Before POSNER, Chief Judge, CUMMINGS and ENGEL, Circuit Judges.* 


ORDER

Defendant McHenry [Illinois] School District # 15 (the "District") appeals the award of attorneys' fees in a dispute over the appropriate level of educational services for Nicholas Das, an 11-year-old developmentally disabled child. Finding that plaintiffs were a "prevailing party" under the Individuals with Disabilities Education Act ("IDEA"), 20 U.S.C. § 1400 et seq.,1  the trial court awarded $11,000.95 in fees to Nicholas and his parents Mark and Susan Das. The District contests the prevailing party determination and requests that this Court overturn the judgment. In the alternative, the District argues that the relief obtained was de minimis, and asks that this Court deny the attorneys' fees award or reduce it to reflect the limited nature of relief. Finally, the District contends that the matter of attorneys' fees was inappropriate for summary judgment and suggests that an evidentiary hearing is a necessary prerequisite to decision. We decline their requests and affirm the district court's order.

Facts

Nicholas Das has been enrolled in the McHenry School District system since 1986, and has been receiving related services--physical and occupational therapy, speech and language--since that time. Feeling that the services the district was then offering were inadequate, Nicholas' parents scheduled early-morning private tutoring for him in the fall of 1990. This arrangement resulted in Nicholas' consistently being late for school, which in turn led the District to initiate truancy proceedings against plaintiffs. It was on December 5, 1990, during this period of tension over the quality and flexibility of the District's offerings to Nicholas, that plaintiffs requested a hearing to evaluate Nicholas' individual educational plan ("IEP"). Plaintiffs engaged the services of an attorney, Nancy Hablutzel, to assist in these matters.

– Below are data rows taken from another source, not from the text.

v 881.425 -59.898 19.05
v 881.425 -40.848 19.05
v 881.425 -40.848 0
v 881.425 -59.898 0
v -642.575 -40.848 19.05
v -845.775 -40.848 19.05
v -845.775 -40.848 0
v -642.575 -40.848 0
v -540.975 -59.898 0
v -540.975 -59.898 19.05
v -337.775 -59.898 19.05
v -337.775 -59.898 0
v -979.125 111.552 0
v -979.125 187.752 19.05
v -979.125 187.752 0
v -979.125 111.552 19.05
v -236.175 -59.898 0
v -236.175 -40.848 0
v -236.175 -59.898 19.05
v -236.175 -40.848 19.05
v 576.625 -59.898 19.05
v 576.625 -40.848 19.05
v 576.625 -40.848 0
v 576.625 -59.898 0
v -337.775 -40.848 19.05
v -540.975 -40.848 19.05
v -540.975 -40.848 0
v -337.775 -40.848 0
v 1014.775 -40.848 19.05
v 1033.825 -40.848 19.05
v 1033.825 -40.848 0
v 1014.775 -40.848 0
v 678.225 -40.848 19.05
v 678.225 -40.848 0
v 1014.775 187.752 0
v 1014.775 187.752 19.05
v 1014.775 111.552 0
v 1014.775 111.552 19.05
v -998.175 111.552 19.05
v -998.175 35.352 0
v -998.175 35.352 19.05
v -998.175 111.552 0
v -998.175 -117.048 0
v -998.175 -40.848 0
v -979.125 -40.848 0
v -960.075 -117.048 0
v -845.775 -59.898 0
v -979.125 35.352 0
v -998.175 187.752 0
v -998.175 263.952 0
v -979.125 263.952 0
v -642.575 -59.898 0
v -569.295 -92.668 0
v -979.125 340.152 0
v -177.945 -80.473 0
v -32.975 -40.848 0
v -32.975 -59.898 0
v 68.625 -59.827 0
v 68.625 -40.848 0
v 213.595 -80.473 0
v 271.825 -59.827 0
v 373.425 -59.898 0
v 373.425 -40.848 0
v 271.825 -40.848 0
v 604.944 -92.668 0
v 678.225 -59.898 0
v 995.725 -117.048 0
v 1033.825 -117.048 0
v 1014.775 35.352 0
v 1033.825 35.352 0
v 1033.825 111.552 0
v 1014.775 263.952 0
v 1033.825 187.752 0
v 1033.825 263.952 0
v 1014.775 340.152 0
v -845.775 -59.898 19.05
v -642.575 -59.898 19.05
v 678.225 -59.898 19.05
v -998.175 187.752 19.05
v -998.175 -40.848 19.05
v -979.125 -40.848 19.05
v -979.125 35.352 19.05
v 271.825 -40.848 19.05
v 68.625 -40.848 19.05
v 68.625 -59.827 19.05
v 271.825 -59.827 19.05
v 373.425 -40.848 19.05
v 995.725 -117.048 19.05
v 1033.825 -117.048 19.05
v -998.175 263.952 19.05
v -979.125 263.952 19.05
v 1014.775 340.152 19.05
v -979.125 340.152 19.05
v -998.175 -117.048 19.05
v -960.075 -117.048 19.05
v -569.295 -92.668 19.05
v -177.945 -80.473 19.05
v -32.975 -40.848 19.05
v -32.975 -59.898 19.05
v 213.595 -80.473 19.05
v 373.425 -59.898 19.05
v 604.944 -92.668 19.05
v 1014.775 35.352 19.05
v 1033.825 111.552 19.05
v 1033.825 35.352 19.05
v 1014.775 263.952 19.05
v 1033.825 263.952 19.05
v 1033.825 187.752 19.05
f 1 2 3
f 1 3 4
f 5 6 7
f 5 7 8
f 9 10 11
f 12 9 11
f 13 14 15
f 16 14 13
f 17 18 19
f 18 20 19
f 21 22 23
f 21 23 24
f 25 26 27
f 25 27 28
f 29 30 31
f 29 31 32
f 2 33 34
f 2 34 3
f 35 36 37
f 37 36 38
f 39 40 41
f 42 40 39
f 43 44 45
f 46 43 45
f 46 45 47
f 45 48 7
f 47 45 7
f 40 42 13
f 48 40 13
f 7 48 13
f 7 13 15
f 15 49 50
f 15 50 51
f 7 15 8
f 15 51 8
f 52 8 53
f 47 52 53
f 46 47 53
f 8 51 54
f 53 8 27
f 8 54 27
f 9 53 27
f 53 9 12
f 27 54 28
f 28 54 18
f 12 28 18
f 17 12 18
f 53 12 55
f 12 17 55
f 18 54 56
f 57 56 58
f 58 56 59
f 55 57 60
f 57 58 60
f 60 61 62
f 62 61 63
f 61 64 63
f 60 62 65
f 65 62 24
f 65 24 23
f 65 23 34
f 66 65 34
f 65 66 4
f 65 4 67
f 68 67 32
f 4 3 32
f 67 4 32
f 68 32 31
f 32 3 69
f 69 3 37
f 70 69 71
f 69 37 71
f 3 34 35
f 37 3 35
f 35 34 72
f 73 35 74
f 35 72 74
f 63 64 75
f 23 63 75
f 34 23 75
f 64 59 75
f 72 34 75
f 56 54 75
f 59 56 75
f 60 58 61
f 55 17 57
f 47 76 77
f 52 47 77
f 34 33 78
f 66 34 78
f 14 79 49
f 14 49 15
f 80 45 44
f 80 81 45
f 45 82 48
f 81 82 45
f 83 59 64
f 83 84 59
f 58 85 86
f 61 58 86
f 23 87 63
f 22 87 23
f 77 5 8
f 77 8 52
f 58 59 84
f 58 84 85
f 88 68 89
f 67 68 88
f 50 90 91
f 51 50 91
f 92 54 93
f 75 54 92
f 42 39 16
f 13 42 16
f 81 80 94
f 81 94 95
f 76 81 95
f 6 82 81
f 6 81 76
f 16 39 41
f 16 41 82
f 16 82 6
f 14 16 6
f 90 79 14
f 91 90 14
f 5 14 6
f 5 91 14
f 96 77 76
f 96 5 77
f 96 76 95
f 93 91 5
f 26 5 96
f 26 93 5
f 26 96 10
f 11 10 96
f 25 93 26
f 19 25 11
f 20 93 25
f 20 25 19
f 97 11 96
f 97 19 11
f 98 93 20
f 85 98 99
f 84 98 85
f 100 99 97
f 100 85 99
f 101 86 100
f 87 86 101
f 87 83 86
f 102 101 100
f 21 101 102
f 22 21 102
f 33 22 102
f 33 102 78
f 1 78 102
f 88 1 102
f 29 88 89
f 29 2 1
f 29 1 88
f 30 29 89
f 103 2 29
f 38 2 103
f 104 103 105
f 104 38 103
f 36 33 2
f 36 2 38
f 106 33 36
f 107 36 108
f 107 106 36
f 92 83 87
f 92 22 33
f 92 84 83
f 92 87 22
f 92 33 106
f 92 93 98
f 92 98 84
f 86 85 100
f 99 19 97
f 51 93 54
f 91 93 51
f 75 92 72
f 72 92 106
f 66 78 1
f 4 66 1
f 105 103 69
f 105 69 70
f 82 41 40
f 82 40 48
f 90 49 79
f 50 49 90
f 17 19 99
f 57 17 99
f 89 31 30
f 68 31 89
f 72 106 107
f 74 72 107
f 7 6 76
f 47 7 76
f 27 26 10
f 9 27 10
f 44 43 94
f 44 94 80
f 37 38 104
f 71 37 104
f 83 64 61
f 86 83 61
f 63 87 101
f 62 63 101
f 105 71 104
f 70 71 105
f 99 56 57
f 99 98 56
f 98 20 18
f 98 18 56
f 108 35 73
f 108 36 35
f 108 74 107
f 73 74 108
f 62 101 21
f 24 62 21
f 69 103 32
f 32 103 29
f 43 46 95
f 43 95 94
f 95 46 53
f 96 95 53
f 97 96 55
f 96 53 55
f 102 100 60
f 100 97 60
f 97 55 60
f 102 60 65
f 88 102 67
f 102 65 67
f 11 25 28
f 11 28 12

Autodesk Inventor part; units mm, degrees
ref_plane "YZ Plane" through (0, 0, 0) normal (1, 0, 0) x (0, 1, 0)
ref_plane "XZ Plane" through (0, 0, 0) normal (0, 1, 0) x (-1, 0, 0)
ref_plane "XY Plane" through (0, 0, 0) normal (0, 0, 1) x (1, 0, 0)
sketch "Sketch1" plane through (0, 0, 0) normal (0, 0, 1) x (1, 0, 0)
  line L0 (-998.1754, 340.1521) -> (1033.8246, 340.1521)
  line L1 (1033.8246, 340.1521) -> (1033.8246, -117.0479)
  line L2 (-998.1754, -117.0479) -> (-998.1754, 340.1521)
  arc A0 (995.7246, -117.0479) -> (-960.0754, -117.0479) centre (17.8246, -12647.7146) ccw
  line L3 (1033.8246, -117.0479) -> (995.7246, -117.0479)
  line L4 (-960.0754, -117.0479) -> (-998.1754, -117.0479)
  point P0 (0, 0)
  dimension "d0" = 2032
  dimension "d1" = 457.2
extrude "Extrusion1" add sketch "Sketch1" along normal blind 19.05
sketch "Sketch2" plane through (0, 0, 19.05) normal (0, 0, 1) x (1, 0, 0)
  line L0 (1033.8246, 340.1521) -> (-998.1754, 340.1521) projected
  line L1 (-998.1754, -117.0479) -> (-960.0754, -117.0479) projected
  line L2 (-998.1754, 340.1521) -> (-979.1254, 340.1521)
  line L3 (-979.1254, 340.1521) -> (-979.1254, -117.0479)
  line L4 (-979.1254, -117.0479) -> (-998.1754, -117.0479)
  line L5 (-998.1754, -117.0479) -> (-998.1754, 340.1521)
  line L6 (1033.8246, -117.0479) -> (1033.8246, 340.1521) projected
  line L7 (1033.8246, 340.1521) -> (1014.7746, 340.1521)
  line L8 (1014.7746, 340.1521) -> (1014.7746, -117.0479)
  line L9 (1014.7746, -117.0479) -> (1033.8246, -117.0479)
  line L10 (1033.8246, -117.0479) -> (1033.8246, 340.1521)
  line L11 (-998.1754, 340.1521) -> (-998.1754, -117.0479) projected
  line L12 (-998.1754, 263.9521) -> (-979.1254, 263.9521)
  line L13 (1014.7746, 263.9521) -> (1033.8246, 263.9521)
  line L14 (-998.1754, 187.7521) -> (-979.1254, 187.7521)
  line L15 (1014.7746, 187.7521) -> (1033.8246, 187.7521)
  line L16 (-998.1754, 111.5521) -> (-979.1254, 111.5521)
  line L17 (1014.7746, 111.5521) -> (1033.8246, 111.5521)
  line L18 (-998.1754, 35.3521) -> (-979.1254, 35.3521)
  line L19 (1014.7746, 35.3521) -> (1033.8246, 35.3521)
  line L20 (1033.8246, -40.8479) -> (1014.7746, -40.8479)
  line L21 (-979.1254, -40.8479) -> (-998.1754, -40.8479)
  point P0 (0, 0)
  dimension "d7" = 19.05
  dimension "d8" = 19.05
extrude "Extrusion2" cut sketch "Sketch2" against normal blind 19.05 contours L6 L13 L8 L0 | L3 L12 L5 L0 | L6 L17 L8 L15 | L3 L16 L5 L14 | L6 L20 L8 L19 | L3 L21 L5 L18
sketch "Sketch4" plane through (0, 0, 19.05) normal (0, 0, 1) x (1, 0, 0)
  line L0 (-845.7754, -40.8479) -> (-845.7754, -59.8979)
  line L1 (-998.1754, 111.5521) -> (-998.1754, 35.3521) projected
  line L2 (-642.5754, -40.8479) -> (-642.5754, -59.8979)
  line L3 (-540.9754, -40.8479) -> (-540.9754, -59.8979)
  line L4 (-337.7754, -40.8479) -> (-337.7754, -59.8979)
  line L5 (-236.1754, -40.8479) -> (-236.1754, -59.8979)
  line L6 (-32.9754, -40.8479) -> (-32.9754, -59.8979)
  line L7 (68.6246, -40.8479) -> (68.6246, -59.8267)
  line L8 (271.8246, -40.8479) -> (271.8246, -59.8267)
  line L9 (373.4246, -40.8479) -> (373.4246, -59.8979)
  line L10 (576.6246, -40.8479) -> (576.6246, -59.8979)
  line L11 (678.2246, -40.8479) -> (678.2246, -59.8979)
  line L12 (881.4246, -40.8479) -> (881.4246, -59.8979)
  arc A0 (995.7246, -117.0479) -> (-960.0754, -117.0479) centre (17.8246, -12647.7146) ccw projected
  line L13 (-998.1754, -40.8479) -> (-998.1754, -117.0479) projected
  line L14 (1014.7746, 340.1521) -> (-979.1254, 340.1521) projected
  line L15 (1014.7746, 340.1521) -> (1014.7746, 263.9521) projected
  line L16 (-979.1254, 340.1521) -> (1014.7746, 340.1521)
  line L17 (-845.7754, -40.8479) -> (-642.5754, -40.8479)
  line L18 (-845.7754, -59.8979) -> (-642.5754, -59.8979)
  line L19 (-540.9754, -59.8979) -> (-337.7754, -59.8979)
  line L20 (-540.9754, -40.8479) -> (-337.7754, -40.8479)
  line L21 (-236.1754, -40.8479) -> (-32.9754, -40.8479)
  line L22 (68.6246, -40.8479) -> (271.8246, -40.8479)
  line L23 (373.4246, -59.8979) -> (576.6246, -59.8979)
  line L24 (678.2246, -59.8979) -> (881.4246, -59.8979)
  line L25 (373.4246, -40.8479) -> (576.6246, -40.8479)
  line L26 (678.2246, -40.8479) -> (881.4246, -40.8479)
  line L27 (-236.1754, -59.8979) -> (-32.9754, -59.8979)
  line L28 (68.6246, -59.8267) -> (271.8246, -59.8267)
  point P0 (0, 0)
  dimension "d18" = 152.4
  dimension "d19" = 203.2
  dimension "d26" = 457.2
  dimension "d27" = 203.2
  dimension "d28" = 101.6
  dimension "d29" = 203.2
  dimension "d30" = 101.6
  dimension "d31" = 101.6
  dimension "d32" = 101.6
  dimension "d33" = 203.2
  dimension "d34" = 203.2
  dimension "d35" = 203.2
extrude "Extrusion4" cut sketch "Sketch4" against normal blind 25.4
properties part number "back" material "Wood (Birch)"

Over the next few months, Ms. Hablutzel assisted in resolving the truancy dispute through mediation, which resulted in a written agreement signed in February 1991. The hearing over the IEP had not yet materialized. While the request for that hearing was still pending, the District conducted a series of review meetings and added to the package of services being offered Nicholas in an IEP dated May 1991 and amended September 1991.

On March 13, 1992, the IEP hearing that had been requested in December 1990 finally took place. The administrative hearing officer found that the plaintiffs were charging defendant with failure to (1) provide Nicholas with the appropriate level of related services; (2) implement the Sensory Integration approach; (3) consider outside evaluations; (4) inform the family of their rights related to obtaining an independent evaluation; and (5) adhere to the Rehabilitation Act of 1973 in providing related services. The hearing officer found for the District on issues two through five, but ordered changes in Nicholas' most current IEP that resulted in additional provision of services and more individual attention.

The district court, judging the plaintiffs to be the "prevailing party" within the meaning of IDEA,2  determined that comparing the level of services offered Nicholas prior to Ms. Hablutzel's involvement with the level of services that resulted after the hearing would provide the appropriate gauge of plaintiffs' success. Accordingly the district judge awarded plaintiffs attorneys' fees. The lower court rejected the District's suggestion that Supreme Court precedent mandated a denial or reduction of the award, stating that " [w]hat matters is that the plaintiffs were successful in securing some services at each stage, and these gains were not insignificant." (Mem.Op. March 2, 1994, at 7) Accordingly, the district judge granted plaintiffs the entire amount of attorneys' fees they sought plus expert witness fees, for a total of $11,000.95.

Analysis

The District's central claim is that plaintiffs failed to demonstrate a causal relationship between Ms. Hablutzel's involvement and the changes in Nicholas' IEP over the course of two years. Citing our recent decision in Brown v. Griggsville Community Unit School Dist. No. 4, 12 F.3d 681 (7th Cir. 1993), the District submits that there was no evidence that the 1991 IEP evaluation would not have resulted in the same changes regardless of Ms. Hablutzel's efforts. Further, the District disputes the actual extent of Ms. Hablutzel's involvement in IEP discussions conducted in the summer and fall of 1991.

In Brown, this Court held that a "prevailing party" in an IDEA action must have prevailed due to an adversarial proceeding rather than for some other reason. Thus we affirmed a denial of attorneys' fees where the district court found that the school's annual review process would have had the same result regardless of legal involvement. Id. at 685.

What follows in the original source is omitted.